Slow electron-phonon relaxation controls the dynamics of the superconducting resistive transition

TL;DR

This study reveals that slow electron-phonon relaxation significantly influences the resistance fluctuation dynamics during the superconducting transition in TiN films, challenging conventional fluctuation models.

Contribution

It demonstrates that in materials with slow electron-phonon relaxation, resistance fluctuations are governed by energy relaxation times rather than Ginzburg-Landau times.

Findings

Correlation time of resistance fluctuations is nearly constant across the transition.

Correlation time matches the energy relaxation time involving electron-phonon and diffusion processes.
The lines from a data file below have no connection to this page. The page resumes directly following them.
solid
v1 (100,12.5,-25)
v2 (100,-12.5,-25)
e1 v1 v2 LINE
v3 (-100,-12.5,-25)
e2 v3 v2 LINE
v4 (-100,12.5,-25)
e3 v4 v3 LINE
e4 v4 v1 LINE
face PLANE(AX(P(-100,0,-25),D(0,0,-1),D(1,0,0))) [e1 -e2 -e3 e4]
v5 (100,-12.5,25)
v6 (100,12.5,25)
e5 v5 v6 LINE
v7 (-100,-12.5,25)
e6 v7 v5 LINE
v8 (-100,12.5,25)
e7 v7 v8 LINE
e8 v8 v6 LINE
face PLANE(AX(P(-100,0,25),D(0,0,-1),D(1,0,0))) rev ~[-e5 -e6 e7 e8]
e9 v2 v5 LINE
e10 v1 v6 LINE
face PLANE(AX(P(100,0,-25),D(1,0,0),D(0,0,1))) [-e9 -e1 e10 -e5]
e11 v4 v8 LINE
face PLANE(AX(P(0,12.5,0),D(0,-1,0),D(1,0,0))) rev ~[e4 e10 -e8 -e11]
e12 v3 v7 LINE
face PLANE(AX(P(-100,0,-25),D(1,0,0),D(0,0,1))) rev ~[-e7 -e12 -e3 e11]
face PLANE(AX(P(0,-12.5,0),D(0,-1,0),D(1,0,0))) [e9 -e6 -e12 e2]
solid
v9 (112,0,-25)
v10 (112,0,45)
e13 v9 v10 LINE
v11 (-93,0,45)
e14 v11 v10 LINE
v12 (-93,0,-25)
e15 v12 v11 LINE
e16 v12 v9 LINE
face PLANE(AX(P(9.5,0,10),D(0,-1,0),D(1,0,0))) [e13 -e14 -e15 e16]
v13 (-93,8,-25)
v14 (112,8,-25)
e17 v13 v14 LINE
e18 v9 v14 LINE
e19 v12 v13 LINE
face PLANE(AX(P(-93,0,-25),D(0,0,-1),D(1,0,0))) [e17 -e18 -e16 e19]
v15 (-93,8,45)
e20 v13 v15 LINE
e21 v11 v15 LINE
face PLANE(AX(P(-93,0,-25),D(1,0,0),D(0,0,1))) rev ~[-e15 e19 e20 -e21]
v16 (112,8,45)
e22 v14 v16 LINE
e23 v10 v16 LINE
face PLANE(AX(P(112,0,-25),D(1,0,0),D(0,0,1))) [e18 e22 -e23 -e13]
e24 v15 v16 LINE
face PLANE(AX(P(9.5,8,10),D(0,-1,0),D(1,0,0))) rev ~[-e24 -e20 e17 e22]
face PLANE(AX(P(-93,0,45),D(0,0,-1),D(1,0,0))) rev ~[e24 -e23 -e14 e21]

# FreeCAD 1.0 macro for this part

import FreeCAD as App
import Part
import Sketcher

V = App.Vector
Q = App.Units.Quantity


def add_polygon(sketch, points):
    """Adds a closed chain of lines whose ends are joined by coincident constraints."""
    first, n = sketch.GeometryCount, len(points)
    for a, b in zip(points, points[1:] + points[:1]):
        sketch.addGeometry(Part.LineSegment(App.Vector(*a, 0), App.Vector(*b, 0)), False)
    for i in range(n):
        sketch.addConstraint(Sketcher.Constraint("Coincident", first + i, 2, first + (i + 1) % n, 1))

doc = App.newDocument("Part")
params = doc.addObject("Spreadsheet::Sheet", "Params")
for row, (alias, value) in enumerate([
    ("sketch1_width", "200 mm"),
    ("sketch1_height", "50 mm"),
    ("pad1_length", "25 mm"),
    ("sketch2_width", "205 mm"),
    ("sketch2_height", "70 mm"),
    ("pad2_length", "8 mm"),
], start=1):
    params.set(f"A{row}", alias)
    params.set(f"B{row}", "=" + value)
    params.setAlias(f"B{row}", alias)

body = doc.addObject("PartDesign::Body", "Body")

sketch1 = body.newObject("Sketcher::SketchObject", "Sketch")
sketch1.AttachmentSupport = (doc.getObject("XZ_Plane"), [""])
sketch1.MapMode = "FlatFace"
add_polygon(sketch1, [(-100, 25), (-100, -25), (100, -25), (100, 25)])
sketch1.addConstraint([
    Sketcher.Constraint("Vertical", 0),
    Sketcher.Constraint("Horizontal", 1),
    Sketcher.Constraint("Vertical", 2),
    Sketcher.Constraint("Horizontal", 3),
    Sketcher.Constraint("Symmetric", 0, 2, 2, 2, -1, 1),
    Sketcher.Constraint("DistanceX", 1, 1, 1, 2, Q("200 mm")),
    Sketcher.Constraint("DistanceY", 0, 2, 0, 1, Q("50 mm")),
])
sketch1.setExpression("Constraints[9]", "Params.sketch1_width")
sketch1.setExpression("Constraints[10]", "Params.sketch1_height")
pad1 = body.newObject("PartDesign::Pad", "Pad")
pad1.Profile = sketch1
pad1.setExpression("Length", "Params.pad1_length")
pad1.Midplane = True
body2 = doc.addObject("PartDesign::Body", "Body001")

sketch2 = body2.newObject("Sketcher::SketchObject", "Sketch001")
sketch2.AttachmentSupport = (doc.getObject("XZ_Plane001"), [""])
sketch2.MapMode = "FlatFace"
add_polygon(sketch2, [(-93, 45), (-93, -25), (112, -25), (112, 45)])
sketch2.addConstraint([
    Sketcher.Constraint("Vertical", 0),
    Sketcher.Constraint("Horizontal", 1),
    Sketcher.Constraint("Vertical", 2),
    Sketcher.Constraint("Horizontal", 3),
    Sketcher.Constraint("DistanceX", 1, 1, 1, 2, Q("205 mm")),
    Sketcher.Constraint("DistanceY", 0, 2, 0, 1, Q("70 mm")),
    Sketcher.Constraint("DistanceX", 0, 2, -1, 1, Q("93 mm")),
    Sketcher.Constraint("DistanceY", 0, 2, -1, 1, Q("25 mm")),
])
sketch2.setExpression("Constraints[8]", "Params.sketch2_width")
sketch2.setExpression("Constraints[9]", "Params.sketch2_height")
pad2 = body2.newObject("PartDesign::Pad", "Pad001")
pad2.Profile = sketch2
pad2.setExpression("Length", "Params.pad2_length")
pad2.Reversed = True

doc.recompute()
Data supports a model of spontaneous temperature fluctuations in slow relaxation regimes.

Abstract

We investigate the temporal and spatial scales of resistance fluctuations ($R$-fluctuations) at the superconducting resistive transition accessed through voltage fluctuations measurements in thin epitaxial TiN films. This material is characterized by a slow electron-phonon relaxation, which puts it far beyond the applicability range of the textbook scenario of superconducting fluctuations. The measured Lorentzian spectrum of the $R$-fluctuations identifies their correlation time, which is nearly constant across the transition region and has no relation to the conventional Ginzburg-Landau time scale. Instead, the correlation time coincides with the energy relaxation time determined by a combination of the electron-phonon relaxation and the relaxation via diffusion into reservoirs. Our data is quantitatively consistent with the model of spontaneous temperature fluctuations and highlight the lack of understanding of the resistive transition in materials with slow electron-phonon relaxation.